Start of THE DATA

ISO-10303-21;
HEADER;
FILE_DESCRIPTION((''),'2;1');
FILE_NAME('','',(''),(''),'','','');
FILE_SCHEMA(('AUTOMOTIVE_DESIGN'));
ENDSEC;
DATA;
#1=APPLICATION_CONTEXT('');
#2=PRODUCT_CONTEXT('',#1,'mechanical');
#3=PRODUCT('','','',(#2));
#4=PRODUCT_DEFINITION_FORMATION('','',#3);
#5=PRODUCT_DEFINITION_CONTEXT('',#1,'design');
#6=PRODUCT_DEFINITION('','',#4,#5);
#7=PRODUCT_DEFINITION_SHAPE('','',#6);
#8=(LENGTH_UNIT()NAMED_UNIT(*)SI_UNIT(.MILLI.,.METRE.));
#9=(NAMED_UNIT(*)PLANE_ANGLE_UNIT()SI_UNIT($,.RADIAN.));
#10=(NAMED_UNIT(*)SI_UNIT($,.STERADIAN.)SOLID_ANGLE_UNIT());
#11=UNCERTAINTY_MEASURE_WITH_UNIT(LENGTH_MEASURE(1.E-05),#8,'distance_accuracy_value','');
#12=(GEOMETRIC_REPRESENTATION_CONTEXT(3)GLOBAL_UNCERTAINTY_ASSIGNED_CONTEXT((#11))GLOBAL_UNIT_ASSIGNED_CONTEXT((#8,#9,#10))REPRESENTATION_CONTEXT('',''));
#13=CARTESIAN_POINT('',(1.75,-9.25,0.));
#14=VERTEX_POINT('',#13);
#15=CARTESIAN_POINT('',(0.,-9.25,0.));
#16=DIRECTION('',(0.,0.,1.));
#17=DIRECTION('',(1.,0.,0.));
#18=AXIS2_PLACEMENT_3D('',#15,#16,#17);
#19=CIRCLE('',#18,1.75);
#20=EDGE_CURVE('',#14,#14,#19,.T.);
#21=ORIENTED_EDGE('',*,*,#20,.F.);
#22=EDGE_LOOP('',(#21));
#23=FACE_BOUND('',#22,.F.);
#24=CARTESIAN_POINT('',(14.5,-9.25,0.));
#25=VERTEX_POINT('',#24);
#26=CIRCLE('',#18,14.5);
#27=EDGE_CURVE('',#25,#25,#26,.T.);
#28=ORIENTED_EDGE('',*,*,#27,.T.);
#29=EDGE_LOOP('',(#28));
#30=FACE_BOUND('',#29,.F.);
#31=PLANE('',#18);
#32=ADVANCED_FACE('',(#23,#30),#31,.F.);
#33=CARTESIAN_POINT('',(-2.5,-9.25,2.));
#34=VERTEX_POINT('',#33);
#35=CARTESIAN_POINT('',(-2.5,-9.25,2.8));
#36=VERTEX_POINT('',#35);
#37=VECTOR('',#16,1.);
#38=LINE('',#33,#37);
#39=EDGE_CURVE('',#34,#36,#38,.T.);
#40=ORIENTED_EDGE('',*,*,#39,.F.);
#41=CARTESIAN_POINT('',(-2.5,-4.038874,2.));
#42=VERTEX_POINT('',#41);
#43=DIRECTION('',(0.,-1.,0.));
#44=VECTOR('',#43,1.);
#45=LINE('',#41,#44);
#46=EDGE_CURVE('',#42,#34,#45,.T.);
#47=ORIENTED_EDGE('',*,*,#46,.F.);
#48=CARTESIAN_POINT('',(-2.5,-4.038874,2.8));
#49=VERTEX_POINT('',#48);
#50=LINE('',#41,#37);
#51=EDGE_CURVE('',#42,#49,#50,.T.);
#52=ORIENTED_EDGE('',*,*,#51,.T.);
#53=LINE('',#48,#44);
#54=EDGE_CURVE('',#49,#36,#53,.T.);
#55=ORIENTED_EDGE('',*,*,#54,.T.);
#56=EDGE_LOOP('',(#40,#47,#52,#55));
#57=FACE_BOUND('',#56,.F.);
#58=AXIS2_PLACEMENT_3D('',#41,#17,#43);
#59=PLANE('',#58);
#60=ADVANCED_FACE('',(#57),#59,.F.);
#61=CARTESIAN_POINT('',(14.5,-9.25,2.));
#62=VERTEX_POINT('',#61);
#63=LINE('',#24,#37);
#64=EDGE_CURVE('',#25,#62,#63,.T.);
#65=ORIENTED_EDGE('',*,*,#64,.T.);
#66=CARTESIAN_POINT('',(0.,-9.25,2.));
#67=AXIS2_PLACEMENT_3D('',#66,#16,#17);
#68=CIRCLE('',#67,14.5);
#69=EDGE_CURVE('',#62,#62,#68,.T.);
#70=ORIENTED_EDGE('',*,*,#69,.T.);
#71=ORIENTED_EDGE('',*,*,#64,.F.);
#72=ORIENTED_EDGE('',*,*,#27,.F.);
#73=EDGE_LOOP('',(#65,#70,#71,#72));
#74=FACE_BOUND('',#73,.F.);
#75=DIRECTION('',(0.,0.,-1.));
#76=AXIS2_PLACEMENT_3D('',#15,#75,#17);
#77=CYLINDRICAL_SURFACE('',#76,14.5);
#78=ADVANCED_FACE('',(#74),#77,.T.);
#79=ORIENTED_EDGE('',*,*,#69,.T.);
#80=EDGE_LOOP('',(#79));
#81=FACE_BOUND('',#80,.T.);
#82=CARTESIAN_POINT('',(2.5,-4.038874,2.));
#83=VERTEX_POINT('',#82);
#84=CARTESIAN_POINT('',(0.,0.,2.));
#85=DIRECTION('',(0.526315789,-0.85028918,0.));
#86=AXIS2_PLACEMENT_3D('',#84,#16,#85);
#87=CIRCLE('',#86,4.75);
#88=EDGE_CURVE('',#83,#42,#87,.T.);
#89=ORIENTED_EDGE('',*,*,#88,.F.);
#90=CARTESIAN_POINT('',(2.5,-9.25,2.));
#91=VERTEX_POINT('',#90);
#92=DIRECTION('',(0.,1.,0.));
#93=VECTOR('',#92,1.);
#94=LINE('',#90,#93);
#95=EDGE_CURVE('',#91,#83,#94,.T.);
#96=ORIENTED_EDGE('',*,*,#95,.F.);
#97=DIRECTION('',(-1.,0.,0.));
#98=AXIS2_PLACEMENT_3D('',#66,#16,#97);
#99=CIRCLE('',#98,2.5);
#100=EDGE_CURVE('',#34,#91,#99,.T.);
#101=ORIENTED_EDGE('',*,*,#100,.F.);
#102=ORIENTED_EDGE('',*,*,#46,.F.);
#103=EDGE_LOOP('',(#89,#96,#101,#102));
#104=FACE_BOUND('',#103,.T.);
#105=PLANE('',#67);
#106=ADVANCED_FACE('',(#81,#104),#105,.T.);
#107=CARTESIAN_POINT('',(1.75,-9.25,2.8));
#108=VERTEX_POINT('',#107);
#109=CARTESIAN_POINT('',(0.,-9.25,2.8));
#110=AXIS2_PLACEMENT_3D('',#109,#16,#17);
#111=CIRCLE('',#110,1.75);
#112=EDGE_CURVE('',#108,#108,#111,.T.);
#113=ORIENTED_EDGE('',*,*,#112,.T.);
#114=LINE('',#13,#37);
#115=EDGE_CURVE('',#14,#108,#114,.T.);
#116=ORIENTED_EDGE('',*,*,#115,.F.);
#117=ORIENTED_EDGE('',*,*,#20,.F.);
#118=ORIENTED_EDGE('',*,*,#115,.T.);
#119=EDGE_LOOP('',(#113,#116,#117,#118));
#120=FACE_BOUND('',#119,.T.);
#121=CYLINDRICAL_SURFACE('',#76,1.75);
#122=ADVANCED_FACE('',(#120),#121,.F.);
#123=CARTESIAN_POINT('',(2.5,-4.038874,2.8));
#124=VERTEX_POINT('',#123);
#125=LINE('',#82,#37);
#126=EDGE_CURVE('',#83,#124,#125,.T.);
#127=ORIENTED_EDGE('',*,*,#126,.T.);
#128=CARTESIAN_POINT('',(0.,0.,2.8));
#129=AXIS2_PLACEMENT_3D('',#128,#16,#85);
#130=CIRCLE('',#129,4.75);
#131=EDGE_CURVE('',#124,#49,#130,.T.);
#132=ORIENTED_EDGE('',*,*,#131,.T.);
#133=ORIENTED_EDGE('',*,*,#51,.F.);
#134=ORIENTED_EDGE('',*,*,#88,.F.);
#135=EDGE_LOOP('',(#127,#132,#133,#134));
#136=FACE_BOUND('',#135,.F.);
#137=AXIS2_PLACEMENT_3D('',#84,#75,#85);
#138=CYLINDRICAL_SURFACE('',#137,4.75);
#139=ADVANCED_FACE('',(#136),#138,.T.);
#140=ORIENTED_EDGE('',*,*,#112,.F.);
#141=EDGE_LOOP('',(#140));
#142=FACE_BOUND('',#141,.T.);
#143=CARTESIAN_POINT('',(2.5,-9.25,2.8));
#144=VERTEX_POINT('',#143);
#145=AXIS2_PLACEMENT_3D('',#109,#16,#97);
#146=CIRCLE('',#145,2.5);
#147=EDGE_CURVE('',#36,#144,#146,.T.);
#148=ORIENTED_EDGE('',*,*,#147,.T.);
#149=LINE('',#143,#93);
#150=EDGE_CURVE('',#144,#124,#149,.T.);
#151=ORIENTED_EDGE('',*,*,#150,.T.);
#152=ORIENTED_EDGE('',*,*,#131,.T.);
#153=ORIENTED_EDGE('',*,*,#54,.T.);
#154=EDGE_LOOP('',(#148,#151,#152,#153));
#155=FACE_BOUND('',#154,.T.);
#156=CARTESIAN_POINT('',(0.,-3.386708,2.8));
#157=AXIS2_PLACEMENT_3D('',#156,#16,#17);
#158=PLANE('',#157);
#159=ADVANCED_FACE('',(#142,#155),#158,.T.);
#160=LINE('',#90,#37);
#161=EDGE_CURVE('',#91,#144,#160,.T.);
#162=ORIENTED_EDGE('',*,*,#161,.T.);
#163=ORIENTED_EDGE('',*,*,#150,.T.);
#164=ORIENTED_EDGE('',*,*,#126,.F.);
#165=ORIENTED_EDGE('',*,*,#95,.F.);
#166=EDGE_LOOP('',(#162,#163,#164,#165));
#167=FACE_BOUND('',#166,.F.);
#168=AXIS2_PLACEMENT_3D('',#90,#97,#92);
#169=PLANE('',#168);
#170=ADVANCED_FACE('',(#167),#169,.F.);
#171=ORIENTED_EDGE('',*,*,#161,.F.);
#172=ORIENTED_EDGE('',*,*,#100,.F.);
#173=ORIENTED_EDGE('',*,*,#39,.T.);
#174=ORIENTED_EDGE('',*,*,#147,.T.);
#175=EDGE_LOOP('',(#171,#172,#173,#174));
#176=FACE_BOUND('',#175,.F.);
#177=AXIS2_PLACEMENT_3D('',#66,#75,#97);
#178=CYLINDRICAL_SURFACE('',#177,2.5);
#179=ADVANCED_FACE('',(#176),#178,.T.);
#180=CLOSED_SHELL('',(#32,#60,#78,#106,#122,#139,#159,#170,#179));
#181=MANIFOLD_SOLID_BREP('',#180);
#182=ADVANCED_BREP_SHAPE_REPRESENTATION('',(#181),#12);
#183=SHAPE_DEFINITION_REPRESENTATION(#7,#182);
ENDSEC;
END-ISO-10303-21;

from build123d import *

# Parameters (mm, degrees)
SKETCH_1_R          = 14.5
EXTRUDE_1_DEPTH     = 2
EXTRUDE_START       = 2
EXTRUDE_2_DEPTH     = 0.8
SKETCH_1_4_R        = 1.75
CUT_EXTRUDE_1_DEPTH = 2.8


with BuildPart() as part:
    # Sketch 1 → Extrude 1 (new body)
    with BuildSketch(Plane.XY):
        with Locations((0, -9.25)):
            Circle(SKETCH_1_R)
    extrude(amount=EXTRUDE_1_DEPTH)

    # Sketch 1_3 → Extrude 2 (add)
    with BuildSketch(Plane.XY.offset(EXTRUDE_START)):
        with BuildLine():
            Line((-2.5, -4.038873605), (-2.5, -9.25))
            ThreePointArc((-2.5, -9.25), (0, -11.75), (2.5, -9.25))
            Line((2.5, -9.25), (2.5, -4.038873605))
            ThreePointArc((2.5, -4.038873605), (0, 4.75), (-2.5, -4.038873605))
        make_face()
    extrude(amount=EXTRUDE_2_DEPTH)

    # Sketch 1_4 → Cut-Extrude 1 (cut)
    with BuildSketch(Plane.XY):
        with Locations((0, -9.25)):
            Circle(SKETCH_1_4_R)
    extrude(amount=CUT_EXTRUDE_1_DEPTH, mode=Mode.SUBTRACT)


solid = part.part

End of THE DATA
Start of THE DATA

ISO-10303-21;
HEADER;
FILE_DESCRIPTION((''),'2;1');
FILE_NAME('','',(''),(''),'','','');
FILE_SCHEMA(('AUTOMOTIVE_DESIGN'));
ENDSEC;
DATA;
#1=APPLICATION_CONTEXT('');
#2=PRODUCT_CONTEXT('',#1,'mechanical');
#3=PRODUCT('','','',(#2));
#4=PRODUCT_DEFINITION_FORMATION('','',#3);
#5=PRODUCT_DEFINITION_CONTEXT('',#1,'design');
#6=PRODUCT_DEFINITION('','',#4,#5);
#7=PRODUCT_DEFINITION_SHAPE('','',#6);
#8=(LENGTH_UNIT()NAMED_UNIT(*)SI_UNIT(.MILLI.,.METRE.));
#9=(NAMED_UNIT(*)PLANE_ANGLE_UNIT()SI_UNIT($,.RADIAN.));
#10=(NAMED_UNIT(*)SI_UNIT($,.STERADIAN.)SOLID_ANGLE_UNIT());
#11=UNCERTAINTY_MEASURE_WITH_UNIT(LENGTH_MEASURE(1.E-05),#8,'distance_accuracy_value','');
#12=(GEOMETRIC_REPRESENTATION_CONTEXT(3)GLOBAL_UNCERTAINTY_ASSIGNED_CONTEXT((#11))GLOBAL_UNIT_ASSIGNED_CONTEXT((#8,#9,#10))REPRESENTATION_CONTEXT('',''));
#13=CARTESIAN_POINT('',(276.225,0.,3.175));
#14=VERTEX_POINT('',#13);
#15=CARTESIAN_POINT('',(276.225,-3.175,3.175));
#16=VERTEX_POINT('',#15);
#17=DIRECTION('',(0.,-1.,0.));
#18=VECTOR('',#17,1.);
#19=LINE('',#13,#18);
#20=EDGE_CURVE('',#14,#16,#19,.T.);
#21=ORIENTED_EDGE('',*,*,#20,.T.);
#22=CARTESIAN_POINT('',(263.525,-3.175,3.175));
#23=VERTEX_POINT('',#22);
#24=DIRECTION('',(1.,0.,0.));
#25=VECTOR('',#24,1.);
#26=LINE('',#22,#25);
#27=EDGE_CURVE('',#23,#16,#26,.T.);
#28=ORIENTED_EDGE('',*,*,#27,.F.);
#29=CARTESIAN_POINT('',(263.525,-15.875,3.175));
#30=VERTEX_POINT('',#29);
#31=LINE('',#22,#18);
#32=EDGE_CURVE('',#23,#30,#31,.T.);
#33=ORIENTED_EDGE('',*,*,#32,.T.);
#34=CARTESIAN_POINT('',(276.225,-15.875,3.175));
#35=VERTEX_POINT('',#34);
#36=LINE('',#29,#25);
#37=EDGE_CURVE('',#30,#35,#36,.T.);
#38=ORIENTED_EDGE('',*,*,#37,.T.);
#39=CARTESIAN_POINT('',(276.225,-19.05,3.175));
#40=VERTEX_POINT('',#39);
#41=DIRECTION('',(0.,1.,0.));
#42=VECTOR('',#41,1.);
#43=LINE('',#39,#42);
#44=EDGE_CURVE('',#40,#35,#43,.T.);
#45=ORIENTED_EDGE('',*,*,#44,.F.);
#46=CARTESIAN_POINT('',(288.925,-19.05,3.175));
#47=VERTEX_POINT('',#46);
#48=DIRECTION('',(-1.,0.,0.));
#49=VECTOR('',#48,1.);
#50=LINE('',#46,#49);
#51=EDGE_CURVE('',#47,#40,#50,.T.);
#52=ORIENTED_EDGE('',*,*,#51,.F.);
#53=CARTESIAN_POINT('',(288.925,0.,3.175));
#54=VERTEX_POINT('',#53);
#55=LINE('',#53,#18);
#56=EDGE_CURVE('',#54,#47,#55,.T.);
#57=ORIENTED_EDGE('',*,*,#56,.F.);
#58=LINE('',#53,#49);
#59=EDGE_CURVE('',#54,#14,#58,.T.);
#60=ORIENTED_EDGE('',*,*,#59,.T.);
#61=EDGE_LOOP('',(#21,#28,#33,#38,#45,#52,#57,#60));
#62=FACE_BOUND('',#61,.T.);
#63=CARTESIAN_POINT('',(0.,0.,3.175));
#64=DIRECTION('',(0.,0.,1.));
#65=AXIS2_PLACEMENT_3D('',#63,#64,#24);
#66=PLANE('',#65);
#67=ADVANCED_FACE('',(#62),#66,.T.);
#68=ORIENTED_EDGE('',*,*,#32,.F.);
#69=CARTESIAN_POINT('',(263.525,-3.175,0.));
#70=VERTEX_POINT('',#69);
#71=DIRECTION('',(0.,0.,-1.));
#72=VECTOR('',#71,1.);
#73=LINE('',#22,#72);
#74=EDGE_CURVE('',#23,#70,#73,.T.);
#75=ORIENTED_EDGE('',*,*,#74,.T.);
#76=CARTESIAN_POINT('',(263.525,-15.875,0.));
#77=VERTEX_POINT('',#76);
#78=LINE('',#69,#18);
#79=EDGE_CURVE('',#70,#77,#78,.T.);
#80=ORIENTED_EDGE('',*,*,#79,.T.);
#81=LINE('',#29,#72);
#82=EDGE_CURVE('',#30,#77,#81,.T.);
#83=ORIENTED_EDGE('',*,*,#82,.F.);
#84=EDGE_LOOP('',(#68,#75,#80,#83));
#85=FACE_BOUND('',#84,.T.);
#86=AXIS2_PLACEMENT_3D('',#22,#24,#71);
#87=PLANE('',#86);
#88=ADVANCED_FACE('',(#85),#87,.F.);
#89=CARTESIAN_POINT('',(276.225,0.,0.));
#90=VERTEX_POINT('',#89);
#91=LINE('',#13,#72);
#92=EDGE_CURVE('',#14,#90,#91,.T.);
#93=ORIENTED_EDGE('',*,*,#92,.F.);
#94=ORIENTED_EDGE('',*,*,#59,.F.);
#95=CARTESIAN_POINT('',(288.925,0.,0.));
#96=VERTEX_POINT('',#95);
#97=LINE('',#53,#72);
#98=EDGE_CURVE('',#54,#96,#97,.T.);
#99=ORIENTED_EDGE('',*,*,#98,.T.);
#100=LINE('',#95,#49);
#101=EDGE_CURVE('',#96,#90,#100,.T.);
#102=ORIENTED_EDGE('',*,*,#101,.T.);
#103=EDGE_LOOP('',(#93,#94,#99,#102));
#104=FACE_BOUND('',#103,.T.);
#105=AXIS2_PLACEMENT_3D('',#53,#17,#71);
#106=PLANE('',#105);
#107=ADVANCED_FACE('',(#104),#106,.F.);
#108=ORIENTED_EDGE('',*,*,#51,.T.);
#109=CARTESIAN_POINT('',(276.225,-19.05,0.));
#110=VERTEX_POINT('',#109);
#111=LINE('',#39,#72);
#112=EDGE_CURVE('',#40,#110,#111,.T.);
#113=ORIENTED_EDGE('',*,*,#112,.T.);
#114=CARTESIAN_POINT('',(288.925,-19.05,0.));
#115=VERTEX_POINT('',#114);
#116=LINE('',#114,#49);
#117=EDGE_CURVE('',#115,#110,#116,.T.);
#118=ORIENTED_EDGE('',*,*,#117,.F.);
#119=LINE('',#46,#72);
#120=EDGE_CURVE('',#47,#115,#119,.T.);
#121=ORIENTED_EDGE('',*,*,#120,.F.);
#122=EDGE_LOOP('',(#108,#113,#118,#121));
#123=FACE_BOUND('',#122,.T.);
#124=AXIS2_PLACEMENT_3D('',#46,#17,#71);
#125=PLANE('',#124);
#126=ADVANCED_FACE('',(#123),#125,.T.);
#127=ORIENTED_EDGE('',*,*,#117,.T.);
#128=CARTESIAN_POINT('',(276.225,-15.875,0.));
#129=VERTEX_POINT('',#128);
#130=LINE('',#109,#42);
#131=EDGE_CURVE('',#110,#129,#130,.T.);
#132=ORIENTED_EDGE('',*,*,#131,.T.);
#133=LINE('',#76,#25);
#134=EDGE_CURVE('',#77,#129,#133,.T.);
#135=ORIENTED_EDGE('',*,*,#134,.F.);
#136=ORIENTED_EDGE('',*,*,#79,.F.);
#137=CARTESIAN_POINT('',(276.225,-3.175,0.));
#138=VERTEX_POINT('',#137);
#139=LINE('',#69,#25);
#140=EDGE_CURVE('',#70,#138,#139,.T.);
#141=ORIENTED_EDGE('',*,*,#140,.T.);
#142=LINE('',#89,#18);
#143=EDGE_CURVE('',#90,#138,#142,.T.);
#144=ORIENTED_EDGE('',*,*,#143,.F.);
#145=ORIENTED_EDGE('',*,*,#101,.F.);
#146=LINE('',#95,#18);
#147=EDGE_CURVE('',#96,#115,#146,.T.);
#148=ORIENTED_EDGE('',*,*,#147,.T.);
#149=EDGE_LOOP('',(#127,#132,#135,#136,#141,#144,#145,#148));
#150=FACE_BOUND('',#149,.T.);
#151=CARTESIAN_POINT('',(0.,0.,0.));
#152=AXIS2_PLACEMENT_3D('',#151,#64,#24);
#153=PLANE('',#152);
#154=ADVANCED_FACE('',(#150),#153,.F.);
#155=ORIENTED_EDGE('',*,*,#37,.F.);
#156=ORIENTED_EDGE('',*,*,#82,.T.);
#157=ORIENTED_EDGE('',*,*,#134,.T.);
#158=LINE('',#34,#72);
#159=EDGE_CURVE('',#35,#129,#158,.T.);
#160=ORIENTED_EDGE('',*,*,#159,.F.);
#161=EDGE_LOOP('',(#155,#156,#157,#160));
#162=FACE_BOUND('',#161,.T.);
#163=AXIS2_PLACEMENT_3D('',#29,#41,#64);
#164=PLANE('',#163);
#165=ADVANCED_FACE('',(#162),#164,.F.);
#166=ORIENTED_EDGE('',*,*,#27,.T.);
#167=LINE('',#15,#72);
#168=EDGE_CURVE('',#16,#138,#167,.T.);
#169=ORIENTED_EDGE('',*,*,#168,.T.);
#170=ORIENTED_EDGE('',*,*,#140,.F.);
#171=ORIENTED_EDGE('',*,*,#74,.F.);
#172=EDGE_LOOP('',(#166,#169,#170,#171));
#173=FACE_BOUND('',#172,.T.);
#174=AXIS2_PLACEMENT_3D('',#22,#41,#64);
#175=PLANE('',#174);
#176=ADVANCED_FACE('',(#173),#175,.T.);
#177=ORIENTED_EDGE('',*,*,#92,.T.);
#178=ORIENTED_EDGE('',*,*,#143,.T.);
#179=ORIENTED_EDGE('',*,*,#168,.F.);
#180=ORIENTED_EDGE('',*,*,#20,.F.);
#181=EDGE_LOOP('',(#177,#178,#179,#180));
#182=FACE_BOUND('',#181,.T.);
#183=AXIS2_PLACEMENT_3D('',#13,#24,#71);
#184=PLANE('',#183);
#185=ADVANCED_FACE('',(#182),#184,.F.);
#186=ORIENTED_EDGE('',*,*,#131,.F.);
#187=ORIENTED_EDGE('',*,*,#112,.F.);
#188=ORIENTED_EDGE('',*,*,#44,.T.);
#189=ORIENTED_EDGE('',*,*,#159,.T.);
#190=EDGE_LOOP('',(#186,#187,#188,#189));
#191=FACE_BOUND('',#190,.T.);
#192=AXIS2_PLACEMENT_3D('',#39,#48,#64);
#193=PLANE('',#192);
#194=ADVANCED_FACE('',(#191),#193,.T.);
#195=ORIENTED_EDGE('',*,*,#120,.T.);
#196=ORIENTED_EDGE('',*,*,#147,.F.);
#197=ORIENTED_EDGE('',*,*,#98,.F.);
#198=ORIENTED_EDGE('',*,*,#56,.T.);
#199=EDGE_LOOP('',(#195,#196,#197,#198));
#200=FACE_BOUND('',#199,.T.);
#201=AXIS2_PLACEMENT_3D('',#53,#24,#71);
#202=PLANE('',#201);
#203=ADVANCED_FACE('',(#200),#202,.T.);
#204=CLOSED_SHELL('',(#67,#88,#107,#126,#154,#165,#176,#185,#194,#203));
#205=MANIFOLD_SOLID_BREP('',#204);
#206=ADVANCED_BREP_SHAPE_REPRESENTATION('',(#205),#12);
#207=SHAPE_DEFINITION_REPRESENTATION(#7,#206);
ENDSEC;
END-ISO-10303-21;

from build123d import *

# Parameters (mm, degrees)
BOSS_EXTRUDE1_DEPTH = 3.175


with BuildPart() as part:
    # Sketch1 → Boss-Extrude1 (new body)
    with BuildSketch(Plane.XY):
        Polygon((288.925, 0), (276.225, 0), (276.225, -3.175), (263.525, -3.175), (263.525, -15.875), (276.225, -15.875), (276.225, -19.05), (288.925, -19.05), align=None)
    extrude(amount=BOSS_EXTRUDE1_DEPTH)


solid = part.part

End of THE DATA

#### TASK ITEM:
Exact duplication is required for the lines above, from the line that contains "#47=VERTEX_POINT('',#46);" to the line that contains "#109=CARTESIAN_POINT('',(276.225,-19.05,0.));", inclusive; omit all others.

#### EXERCISE RESULT:
#47=VERTEX_POINT('',#46);
#48=DIRECTION('',(-1.,0.,0.));
#49=VECTOR('',#48,1.);
#50=LINE('',#46,#49);
#51=EDGE_CURVE('',#47,#40,#50,.T.);
#52=ORIENTED_EDGE('',*,*,#51,.F.);
#53=CARTESIAN_POINT('',(288.925,0.,3.175));
#54=VERTEX_POINT('',#53);
#55=LINE('',#53,#18);
#56=EDGE_CURVE('',#54,#47,#55,.T.);
#57=ORIENTED_EDGE('',*,*,#56,.F.);
#58=LINE('',#53,#49);
#59=EDGE_CURVE('',#54,#14,#58,.T.);
#60=ORIENTED_EDGE('',*,*,#59,.T.);
#61=EDGE_LOOP('',(#21,#28,#33,#38,#45,#52,#57,#60));
#62=FACE_BOUND('',#61,.T.);
#63=CARTESIAN_POINT('',(0.,0.,3.175));
#64=DIRECTION('',(0.,0.,1.));
#65=AXIS2_PLACEMENT_3D('',#63,#64,#24);
#66=PLANE('',#65);
#67=ADVANCED_FACE('',(#62),#66,.T.);
#68=ORIENTED_EDGE('',*,*,#32,.F.);
#69=CARTESIAN_POINT('',(263.525,-3.175,0.));
#70=VERTEX_POINT('',#69);
#71=DIRECTION('',(0.,0.,-1.));
#72=VECTOR('',#71,1.);
#73=LINE('',#22,#72);
#74=EDGE_CURVE('',#23,#70,#73,.T.);
#75=ORIENTED_EDGE('',*,*,#74,.T.);
#76=CARTESIAN_POINT('',(263.525,-15.875,0.));
#77=VERTEX_POINT('',#76);
#78=LINE('',#69,#18);
#79=EDGE_CURVE('',#70,#77,#78,.T.);
#80=ORIENTED_EDGE('',*,*,#79,.T.);
#81=LINE('',#29,#72);
#82=EDGE_CURVE('',#30,#77,#81,.T.);
#83=ORIENTED_EDGE('',*,*,#82,.F.);
#84=EDGE_LOOP('',(#68,#75,#80,#83));
#85=FACE_BOUND('',#84,.T.);
#86=AXIS2_PLACEMENT_3D('',#22,#24,#71);
#87=PLANE('',#86);
#88=ADVANCED_FACE('',(#85),#87,.F.);
#89=CARTESIAN_POINT('',(276.225,0.,0.));
#90=VERTEX_POINT('',#89);
#91=LINE('',#13,#72);
#92=EDGE_CURVE('',#14,#90,#91,.T.);
#93=ORIENTED_EDGE('',*,*,#92,.F.);
#94=ORIENTED_EDGE('',*,*,#59,.F.);
#95=CARTESIAN_POINT('',(288.925,0.,0.));
#96=VERTEX_POINT('',#95);
#97=LINE('',#53,#72);
#98=EDGE_CURVE('',#54,#96,#97,.T.);
#99=ORIENTED_EDGE('',*,*,#98,.T.);
#100=LINE('',#95,#49);
#101=EDGE_CURVE('',#96,#90,#100,.T.);
#102=ORIENTED_EDGE('',*,*,#101,.T.);
#103=EDGE_LOOP('',(#93,#94,#99,#102));
#104=FACE_BOUND('',#103,.T.);
#105=AXIS2_PLACEMENT_3D('',#53,#17,#71);
#106=PLANE('',#105);
#107=ADVANCED_FACE('',(#104),#106,.F.);
#108=ORIENTED_EDGE('',*,*,#51,.T.);
#109=CARTESIAN_POINT('',(276.225,-19.05,0.));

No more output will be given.